Clearly, Pierre M. fashions himself as a modern day John A., intent on new "nation building" projects to fulfill an updated mythology of "Canada's promise".
 
So who was Canada’s first PM and Minister of Indian Affairs?
 
He directed policies that pushed Indigenous peoples onto reserves, instituted the pass system keep them there and created the North West Mounted Police, authorizing the violent suppression of Indigenous resistance.
 
In 1882, MacDonald praised the efficiency of Indian agents in Parliament, saying “I have reason to believe that the agents as a whole … are doing all they can, by refusing food until the Indians are on the verge of starvation, to reduce the expense.”
 
In 1885, MacDonald defended the execution of Cree leaders who joined the Northwest Rebellion alongside the Metis by saying “The executions of the Indians ought to convince the Red Man that the White Man governs.”
 
This thoroughly racist man sided with the slave holding states during the US Civil War. In 1885 he argued that “the Aryan races will not wholesomely amalgamate with the Africans or the Asiatics. It is not to be desired that they should come; that we should have a mongrel race, that the Aryan character of … British America should be destroyed by … crosses of that kind.”
 
In 2021, after ground radar findings of graves at former IRS sites, the anger bubbled over, and statues of MacDonald and other settler colonial figures were pulled down all over the country. In some places, authorities moved them to storage or boxed them in to protect them.
 
The attempt to rehabilitate MacDonald is an attempt to reassert pride in the history of Canadian settler colonialism that attempted to erase or assimilate Indigenous people, driven by capitalist logic. It is a project driven by the far right that has found a home inside Poilievre’s party.
 
There can be no pride in genocide.
 
Aaron Gunn's rhetoric is clearly objectionable and the calls for him to be removed should be supported.
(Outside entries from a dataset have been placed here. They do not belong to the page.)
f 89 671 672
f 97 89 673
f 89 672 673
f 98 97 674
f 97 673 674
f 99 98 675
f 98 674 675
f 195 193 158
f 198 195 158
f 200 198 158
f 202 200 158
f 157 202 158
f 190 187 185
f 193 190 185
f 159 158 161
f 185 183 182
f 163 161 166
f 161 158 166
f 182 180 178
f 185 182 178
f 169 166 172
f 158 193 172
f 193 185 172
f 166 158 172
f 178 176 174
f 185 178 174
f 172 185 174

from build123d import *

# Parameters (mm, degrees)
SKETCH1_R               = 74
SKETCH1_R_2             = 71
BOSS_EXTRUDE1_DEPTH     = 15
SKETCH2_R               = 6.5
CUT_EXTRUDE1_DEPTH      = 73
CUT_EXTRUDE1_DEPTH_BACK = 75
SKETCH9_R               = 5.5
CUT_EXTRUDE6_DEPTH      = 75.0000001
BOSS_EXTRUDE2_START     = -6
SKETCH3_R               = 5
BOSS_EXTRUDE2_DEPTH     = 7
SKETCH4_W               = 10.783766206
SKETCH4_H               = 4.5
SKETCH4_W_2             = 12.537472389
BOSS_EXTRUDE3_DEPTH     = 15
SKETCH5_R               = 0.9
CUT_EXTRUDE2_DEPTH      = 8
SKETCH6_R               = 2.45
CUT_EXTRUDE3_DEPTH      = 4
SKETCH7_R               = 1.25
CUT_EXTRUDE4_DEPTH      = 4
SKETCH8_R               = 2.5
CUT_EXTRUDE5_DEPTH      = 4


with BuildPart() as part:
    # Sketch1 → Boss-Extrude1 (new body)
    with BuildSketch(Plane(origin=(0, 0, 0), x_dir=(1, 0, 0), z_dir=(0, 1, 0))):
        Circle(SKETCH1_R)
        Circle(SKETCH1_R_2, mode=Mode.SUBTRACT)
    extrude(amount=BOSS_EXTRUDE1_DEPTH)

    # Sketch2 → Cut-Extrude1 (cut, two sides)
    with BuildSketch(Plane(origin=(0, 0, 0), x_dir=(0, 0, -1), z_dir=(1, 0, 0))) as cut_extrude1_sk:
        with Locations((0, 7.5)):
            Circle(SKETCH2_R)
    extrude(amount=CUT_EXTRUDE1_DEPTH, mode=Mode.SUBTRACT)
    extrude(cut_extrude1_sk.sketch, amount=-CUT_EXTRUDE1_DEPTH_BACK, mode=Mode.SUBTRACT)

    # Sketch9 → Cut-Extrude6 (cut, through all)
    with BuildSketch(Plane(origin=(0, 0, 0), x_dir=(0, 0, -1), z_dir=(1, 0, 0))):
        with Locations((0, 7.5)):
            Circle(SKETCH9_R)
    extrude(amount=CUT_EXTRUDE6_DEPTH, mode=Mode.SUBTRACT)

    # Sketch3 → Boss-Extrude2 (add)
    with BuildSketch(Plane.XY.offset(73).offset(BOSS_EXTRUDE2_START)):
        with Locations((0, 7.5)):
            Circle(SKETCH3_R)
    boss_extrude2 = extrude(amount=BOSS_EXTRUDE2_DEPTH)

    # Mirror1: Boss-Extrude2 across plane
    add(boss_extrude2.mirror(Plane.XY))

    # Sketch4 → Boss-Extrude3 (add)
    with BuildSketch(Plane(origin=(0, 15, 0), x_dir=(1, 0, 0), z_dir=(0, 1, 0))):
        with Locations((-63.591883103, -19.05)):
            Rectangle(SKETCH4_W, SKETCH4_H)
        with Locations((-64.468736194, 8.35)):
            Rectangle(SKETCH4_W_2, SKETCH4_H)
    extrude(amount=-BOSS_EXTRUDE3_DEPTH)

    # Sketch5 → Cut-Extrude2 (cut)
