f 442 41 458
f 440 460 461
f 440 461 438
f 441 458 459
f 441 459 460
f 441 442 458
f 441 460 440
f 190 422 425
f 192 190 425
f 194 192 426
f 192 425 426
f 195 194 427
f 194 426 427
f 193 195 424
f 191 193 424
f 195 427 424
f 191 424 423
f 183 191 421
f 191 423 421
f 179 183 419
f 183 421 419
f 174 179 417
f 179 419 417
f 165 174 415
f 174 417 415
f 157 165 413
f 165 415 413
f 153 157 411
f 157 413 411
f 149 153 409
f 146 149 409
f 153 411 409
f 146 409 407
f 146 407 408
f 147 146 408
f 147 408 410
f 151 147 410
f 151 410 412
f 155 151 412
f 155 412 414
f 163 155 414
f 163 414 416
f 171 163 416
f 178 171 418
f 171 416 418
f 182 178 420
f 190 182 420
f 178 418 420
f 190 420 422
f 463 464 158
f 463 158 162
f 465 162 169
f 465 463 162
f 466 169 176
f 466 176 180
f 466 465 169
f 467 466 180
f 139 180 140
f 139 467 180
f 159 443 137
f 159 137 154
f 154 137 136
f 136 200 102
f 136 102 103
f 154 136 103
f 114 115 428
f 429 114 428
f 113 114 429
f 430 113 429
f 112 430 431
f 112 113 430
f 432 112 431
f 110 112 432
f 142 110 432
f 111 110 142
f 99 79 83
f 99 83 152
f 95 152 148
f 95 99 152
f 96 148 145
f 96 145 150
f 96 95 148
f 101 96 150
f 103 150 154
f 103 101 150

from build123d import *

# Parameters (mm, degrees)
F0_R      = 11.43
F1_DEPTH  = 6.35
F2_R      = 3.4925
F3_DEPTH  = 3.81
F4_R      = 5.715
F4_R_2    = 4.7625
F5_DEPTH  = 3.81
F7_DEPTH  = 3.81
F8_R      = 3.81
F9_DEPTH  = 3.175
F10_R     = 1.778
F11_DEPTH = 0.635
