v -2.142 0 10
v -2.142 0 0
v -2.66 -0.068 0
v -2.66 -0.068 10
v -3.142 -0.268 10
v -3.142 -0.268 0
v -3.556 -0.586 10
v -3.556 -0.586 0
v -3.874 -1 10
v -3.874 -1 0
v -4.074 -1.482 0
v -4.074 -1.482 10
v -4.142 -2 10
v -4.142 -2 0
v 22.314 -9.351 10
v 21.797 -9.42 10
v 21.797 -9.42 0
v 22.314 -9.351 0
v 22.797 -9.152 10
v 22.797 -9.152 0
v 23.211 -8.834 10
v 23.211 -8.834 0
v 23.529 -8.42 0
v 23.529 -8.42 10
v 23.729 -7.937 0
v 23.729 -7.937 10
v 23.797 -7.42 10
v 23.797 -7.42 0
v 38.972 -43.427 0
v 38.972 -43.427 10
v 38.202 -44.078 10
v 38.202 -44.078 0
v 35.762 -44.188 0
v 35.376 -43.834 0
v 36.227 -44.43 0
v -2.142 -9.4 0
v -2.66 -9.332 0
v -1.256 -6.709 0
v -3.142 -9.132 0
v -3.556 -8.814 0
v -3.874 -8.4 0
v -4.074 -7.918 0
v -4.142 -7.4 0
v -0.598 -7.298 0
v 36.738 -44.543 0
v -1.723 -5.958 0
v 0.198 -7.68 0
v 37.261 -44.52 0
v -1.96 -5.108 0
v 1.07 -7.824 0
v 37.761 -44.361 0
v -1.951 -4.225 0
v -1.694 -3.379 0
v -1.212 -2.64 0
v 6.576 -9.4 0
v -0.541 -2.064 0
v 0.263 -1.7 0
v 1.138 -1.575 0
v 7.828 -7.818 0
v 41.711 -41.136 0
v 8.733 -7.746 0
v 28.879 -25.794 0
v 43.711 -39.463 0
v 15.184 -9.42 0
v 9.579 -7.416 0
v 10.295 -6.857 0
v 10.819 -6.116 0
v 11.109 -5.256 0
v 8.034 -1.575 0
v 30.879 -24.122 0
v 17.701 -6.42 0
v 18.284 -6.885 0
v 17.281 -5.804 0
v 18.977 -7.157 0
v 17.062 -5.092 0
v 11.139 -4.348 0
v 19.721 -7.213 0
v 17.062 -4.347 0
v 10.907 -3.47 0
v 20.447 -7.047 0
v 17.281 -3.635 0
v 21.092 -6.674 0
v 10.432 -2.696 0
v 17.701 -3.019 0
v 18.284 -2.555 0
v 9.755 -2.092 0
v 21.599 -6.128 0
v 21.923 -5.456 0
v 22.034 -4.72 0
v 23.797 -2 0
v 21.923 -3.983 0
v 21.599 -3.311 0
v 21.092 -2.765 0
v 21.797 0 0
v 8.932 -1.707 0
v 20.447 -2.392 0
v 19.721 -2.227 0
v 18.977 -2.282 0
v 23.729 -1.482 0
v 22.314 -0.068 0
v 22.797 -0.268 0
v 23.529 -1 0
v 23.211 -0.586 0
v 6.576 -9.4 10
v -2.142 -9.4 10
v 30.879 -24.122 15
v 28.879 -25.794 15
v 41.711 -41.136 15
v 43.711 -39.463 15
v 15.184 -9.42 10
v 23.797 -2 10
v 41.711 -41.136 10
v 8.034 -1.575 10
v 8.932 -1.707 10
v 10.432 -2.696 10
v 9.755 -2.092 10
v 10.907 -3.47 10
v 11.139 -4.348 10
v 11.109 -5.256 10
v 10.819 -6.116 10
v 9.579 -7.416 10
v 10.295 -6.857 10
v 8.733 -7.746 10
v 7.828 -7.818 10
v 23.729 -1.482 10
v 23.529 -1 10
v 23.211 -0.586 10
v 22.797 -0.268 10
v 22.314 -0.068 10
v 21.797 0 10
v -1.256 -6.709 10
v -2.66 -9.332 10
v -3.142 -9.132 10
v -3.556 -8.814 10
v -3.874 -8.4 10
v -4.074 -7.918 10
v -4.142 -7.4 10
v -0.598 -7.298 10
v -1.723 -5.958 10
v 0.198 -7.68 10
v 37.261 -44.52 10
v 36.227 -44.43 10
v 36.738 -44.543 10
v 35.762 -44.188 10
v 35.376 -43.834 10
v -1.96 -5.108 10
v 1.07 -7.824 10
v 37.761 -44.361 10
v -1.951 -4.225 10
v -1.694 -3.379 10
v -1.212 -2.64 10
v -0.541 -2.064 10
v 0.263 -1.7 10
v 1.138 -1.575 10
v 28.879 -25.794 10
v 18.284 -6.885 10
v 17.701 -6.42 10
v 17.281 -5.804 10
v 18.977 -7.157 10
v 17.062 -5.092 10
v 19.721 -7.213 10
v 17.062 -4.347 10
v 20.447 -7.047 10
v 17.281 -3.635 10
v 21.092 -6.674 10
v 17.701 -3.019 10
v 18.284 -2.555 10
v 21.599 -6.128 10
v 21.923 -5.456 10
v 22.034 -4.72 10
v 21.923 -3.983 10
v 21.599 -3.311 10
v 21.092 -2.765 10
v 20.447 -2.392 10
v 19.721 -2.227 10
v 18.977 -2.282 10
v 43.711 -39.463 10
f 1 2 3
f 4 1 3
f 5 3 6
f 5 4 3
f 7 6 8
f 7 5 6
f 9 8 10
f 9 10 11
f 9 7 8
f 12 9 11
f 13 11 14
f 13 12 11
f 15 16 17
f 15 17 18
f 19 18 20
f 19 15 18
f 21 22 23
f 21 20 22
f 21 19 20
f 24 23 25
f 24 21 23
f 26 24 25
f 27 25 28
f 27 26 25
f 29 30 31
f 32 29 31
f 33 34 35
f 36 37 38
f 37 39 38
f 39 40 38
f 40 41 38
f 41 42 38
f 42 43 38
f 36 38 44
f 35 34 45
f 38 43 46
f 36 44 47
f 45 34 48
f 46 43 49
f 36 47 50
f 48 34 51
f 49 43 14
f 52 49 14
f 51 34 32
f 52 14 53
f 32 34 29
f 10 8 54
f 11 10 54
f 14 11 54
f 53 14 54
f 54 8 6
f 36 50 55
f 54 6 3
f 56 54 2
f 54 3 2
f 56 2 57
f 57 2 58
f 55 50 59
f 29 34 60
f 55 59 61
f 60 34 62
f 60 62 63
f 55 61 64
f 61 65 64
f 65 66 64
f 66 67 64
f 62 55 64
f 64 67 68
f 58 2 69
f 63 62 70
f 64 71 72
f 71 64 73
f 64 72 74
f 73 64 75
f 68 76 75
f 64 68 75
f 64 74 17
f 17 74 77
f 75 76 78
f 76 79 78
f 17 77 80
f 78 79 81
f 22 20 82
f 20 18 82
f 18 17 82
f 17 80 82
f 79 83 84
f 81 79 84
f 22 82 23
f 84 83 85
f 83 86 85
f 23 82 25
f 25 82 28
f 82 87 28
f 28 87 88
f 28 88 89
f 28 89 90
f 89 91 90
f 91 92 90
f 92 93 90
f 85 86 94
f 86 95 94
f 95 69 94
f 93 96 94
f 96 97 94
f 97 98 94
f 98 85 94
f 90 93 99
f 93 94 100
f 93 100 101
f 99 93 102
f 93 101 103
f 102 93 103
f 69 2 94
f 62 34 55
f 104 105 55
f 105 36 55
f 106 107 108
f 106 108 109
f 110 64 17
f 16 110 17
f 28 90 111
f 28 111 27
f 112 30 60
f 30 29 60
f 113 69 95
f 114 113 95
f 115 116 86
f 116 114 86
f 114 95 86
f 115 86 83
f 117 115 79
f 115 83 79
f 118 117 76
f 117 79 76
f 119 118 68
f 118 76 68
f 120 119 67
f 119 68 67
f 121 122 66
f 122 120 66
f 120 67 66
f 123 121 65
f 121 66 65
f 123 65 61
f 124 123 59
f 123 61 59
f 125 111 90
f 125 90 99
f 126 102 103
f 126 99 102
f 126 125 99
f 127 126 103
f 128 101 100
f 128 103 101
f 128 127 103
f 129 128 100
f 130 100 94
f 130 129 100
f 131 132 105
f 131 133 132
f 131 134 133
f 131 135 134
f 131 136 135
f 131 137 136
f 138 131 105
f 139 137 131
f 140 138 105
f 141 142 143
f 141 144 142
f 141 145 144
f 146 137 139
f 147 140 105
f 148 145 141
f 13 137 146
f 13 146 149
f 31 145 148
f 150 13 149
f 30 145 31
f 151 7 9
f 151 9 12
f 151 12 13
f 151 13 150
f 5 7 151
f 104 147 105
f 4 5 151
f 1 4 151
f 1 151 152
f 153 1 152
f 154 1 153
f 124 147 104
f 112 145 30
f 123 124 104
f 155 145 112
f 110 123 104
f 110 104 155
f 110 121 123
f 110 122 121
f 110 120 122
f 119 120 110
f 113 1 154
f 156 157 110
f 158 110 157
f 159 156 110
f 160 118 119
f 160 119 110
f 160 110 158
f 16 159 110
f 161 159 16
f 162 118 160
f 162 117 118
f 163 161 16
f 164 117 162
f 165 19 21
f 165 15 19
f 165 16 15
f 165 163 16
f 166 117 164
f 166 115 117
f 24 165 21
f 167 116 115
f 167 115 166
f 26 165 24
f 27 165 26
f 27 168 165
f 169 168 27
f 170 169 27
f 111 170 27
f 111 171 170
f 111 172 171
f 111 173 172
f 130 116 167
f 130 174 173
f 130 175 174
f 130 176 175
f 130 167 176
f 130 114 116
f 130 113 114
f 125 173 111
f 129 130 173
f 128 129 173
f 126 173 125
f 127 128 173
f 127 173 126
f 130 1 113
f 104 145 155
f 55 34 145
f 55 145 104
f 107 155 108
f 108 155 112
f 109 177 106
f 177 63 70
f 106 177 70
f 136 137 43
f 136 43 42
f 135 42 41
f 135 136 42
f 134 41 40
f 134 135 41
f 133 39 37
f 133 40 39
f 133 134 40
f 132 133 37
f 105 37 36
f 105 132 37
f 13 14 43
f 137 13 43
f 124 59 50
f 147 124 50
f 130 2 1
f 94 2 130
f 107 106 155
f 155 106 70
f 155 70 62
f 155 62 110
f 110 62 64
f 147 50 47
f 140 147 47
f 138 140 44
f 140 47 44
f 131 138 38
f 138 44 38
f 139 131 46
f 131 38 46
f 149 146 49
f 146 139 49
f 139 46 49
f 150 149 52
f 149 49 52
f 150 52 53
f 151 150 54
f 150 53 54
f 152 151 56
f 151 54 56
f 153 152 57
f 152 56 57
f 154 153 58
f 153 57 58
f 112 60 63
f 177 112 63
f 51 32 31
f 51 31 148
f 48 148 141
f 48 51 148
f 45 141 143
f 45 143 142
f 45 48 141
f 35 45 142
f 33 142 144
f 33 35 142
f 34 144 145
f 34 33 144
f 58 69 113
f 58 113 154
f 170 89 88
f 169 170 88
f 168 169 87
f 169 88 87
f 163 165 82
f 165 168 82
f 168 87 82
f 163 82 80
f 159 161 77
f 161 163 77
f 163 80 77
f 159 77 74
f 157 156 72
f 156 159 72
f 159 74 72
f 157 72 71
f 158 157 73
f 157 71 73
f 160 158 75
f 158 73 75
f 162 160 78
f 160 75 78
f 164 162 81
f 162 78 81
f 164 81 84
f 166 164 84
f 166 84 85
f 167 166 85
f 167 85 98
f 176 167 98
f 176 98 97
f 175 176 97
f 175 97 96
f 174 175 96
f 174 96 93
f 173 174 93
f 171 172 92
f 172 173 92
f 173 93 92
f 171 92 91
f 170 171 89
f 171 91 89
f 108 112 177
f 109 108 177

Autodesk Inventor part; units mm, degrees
ref_plane "YZ Plane" through (0, 0, 0) normal (1, 0, 0) x (0, 1, 0)
ref_plane "XZ Plane" through (0, 0, 0) normal (0, 1, 0) x (-1, 0, 0)
ref_plane "XY Plane" through (0, 0, 0) normal (0, 0, 1) x (1, 0, 0)
sketch "スケッチ1" plane through (0, 0, 0) normal (0, 0, 1) x (1, 0, 0)
  line L0 (18.408, 0) -> (-1.0303, 0)
  arc A0 (36.165, -44.7764) -> (37.2594, -44.8743) centre (37.0041, -41.5628) ccw
  line L1 (38.972, -43.427) -> (37.2594, -44.8743)
  line L2 (31.483, -28.9072) -> (15.1835, -9.4196)
  circle A1 centre (19.5337, -4.7196) radius 2.5
  line L3 (8.0337, -1.575) -> (1.1379, -1.575)
  arc A2 (7.8277, -7.8182) -> (8.0337, -1.575) centre (8.0337, -4.7) ccw
  line L4 (7.8277, -7.8182) -> (1.0695, -7.8243)
  arc A3 (1.1379, -1.575) -> (1.0695, -7.8243) centre (1.1379, -4.7) ccw
  line L5 (36.165, -44.7764) -> (6.576, -9.4)
  line L6 (18.408, 0) -> (23.7968, 0)
  line L7 (23.7968, 0) -> (23.7968, -8.35)
  line L8 (-1.0303, 0) -> (-4.1421, 0)
  line L9 (-4.1421, 0) -> (-4.1421, -7.7348)
  line L10 (-4.1421, -7.7348) -> (-4.1421, -9.4)
  line L11 (-4.1421, -9.4) -> (6.576, -9.4)
  line L12 (15.1835, -9.4196) -> (23.7968, -9.4196)
  line L13 (23.7968, -9.4196) -> (23.7968, -7.7545)
  line L14 (41.7112, -41.1359) -> (41.7109, -41.1356)
  line L15 (41.7109, -41.1356) -> (43.7109, -39.4628)
  line L16 (43.7109, -39.4628) -> (30.8794, -24.1216)
  line L17 (30.8794, -24.1216) -> (28.8794, -25.7944)
  line L18 (38.972, -43.427) -> (41.7112, -41.1359)
  line L19 (31.483, -28.9072) -> (41.7112, -41.1359)
  point P0 (0, 0)
  point P1 (0, 0)
  dimension "d0" = 5
  dimension "d1" = 3.125
  dimension "d3" = 11.5
  dimension "d5" = 4.7
  dimension "d9" = 3.125
  dimension "d11" = 4.7
  dimension "d12" = 4.7
  dimension "d13" = 6.8958
  dimension "d14" = 20
  dimension "d19" = 2
  dimension "d24" = 46.1194
  dimension "d25" = 41.3474
extrude "押し出し1" add sketch "スケッチ1" along normal blind 10
fillet "フィレット1" radius 2 4 edges at (23.7968, 0, 5) (23.7968, -9.4196, 5) (-4.1421, 0, 5) (-4.1421, -9.4, 5)
fillet "フィレット2" radius 2 2 edges at (37.2594, -44.8743, 5) (36.165, -44.7764, 5)
sketch "スケッチ4" plane through (0, 0, 10) normal (0, 0, 1) x (1, 0, 0)
  line L0 (30.8794, -24.1216) -> (28.8794, -25.7944) projected
  line L1 (43.7109, -39.4628) -> (30.8794, -24.1216) projected
  line L2 (41.7109, -41.1356) -> (43.7109, -39.4628) projected
  line L3 (28.8794, -25.7944) -> (41.7109, -41.1356)
  line L4 (43.7109, -39.4628) -> (41.7109, -41.1356)
  line L5 (28.8794, -25.7944) -> (30.8794, -24.1216)
  line L6 (30.8794, -24.1216) -> (43.7109, -39.4628)
  point P0 (0, 0)
extrude "押し出し4" add sketch "スケッチ4" along normal blind 5
equation "\"d5\" = d11"
equation "\"d9\" = d1"
properties part number "finger_3"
But the Tory fish is rotting from the head. 
 
But while the Liberals and NDP do not deny Canadian genocide, they have only implemented a handful of the 94 TRC and 231 Missing and Murdered Indigenous Women Inquiry recommendations seeking justice for Indigenous people, and they have repeatedly violated Indigenous sovereignty in the interests of capital accumulation.
 
Whichever party forms government after April 28, we will need broad based mobilizations in support of Indigenous sovereignty and justice struggles, and to confront the far right that seeks to divide the resistance to the crises of capitalism.